Stored data entries:
....
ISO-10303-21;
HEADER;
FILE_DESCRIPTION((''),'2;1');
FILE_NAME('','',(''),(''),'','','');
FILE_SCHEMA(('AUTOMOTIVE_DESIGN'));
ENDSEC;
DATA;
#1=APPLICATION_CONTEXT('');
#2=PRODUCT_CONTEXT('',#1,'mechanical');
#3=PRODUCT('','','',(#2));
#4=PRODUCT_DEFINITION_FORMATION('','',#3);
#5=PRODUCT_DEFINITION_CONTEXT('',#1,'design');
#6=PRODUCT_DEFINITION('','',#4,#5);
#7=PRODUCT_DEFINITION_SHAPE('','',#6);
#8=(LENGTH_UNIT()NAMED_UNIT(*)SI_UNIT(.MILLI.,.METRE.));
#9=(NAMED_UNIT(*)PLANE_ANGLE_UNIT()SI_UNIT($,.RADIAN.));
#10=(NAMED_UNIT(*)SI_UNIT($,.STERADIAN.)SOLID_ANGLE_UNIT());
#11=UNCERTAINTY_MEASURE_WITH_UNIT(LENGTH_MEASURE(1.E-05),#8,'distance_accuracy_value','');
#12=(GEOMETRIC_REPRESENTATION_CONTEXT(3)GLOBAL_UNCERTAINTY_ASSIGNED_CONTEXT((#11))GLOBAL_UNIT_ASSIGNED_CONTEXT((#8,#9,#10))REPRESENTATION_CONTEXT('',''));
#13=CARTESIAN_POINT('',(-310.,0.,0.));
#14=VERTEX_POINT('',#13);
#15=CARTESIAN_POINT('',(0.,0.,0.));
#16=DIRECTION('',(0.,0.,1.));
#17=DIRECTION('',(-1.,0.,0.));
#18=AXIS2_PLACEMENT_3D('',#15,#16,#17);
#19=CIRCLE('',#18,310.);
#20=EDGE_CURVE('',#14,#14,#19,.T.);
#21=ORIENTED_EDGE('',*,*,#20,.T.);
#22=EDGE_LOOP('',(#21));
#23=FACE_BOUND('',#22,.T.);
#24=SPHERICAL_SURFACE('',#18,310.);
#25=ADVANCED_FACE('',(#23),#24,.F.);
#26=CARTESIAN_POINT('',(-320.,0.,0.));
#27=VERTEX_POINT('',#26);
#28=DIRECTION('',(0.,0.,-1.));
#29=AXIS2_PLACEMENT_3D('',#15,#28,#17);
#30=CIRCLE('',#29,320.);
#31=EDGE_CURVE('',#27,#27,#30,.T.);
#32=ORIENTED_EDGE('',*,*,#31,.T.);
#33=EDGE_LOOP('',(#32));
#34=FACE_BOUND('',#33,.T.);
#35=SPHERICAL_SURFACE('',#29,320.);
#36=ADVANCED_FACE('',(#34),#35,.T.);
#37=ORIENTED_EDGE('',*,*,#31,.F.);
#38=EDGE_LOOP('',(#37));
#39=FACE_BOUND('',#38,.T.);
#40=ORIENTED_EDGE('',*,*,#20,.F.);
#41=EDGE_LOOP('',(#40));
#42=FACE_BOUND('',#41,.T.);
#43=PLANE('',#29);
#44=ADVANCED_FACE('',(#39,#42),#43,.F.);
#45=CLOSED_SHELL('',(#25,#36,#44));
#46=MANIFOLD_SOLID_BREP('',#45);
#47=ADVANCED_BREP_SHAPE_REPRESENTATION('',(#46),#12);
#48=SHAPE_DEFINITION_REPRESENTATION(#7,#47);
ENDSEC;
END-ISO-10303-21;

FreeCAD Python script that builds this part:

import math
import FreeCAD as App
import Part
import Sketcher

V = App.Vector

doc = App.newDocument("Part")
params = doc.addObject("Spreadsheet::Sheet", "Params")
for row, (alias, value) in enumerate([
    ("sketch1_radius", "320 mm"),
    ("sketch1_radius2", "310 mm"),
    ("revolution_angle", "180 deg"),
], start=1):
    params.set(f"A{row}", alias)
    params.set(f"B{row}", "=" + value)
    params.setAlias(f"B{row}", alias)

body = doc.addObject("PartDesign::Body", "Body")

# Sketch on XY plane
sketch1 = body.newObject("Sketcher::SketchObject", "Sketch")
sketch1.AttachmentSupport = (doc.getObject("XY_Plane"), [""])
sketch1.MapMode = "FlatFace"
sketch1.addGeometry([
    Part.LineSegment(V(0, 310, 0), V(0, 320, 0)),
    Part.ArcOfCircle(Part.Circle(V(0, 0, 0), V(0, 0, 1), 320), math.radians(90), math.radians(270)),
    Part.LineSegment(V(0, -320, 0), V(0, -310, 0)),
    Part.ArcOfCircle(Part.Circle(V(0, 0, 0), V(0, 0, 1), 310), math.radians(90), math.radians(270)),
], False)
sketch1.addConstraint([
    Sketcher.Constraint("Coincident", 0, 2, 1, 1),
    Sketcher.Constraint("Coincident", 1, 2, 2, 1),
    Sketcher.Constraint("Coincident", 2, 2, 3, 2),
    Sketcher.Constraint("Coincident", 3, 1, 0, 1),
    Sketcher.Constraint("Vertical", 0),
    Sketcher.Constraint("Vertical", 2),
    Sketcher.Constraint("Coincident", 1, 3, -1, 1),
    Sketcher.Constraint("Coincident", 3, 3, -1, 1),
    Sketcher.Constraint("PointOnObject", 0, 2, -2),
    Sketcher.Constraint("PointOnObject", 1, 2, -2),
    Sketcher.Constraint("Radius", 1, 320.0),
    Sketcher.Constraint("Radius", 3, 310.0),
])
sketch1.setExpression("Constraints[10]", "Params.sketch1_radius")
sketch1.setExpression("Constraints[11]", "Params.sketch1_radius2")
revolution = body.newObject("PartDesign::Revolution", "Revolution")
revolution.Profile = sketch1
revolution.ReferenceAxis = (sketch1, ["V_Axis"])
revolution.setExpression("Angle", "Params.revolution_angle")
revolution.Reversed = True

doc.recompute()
....
Pull out all lines containing the word "DIRECTION" from the entries above.

#16=DIRECTION('',(0.,0.,1.));
#17=DIRECTION('',(-1.,0.,0.));
#28=DIRECTION('',(0.,0.,-1.));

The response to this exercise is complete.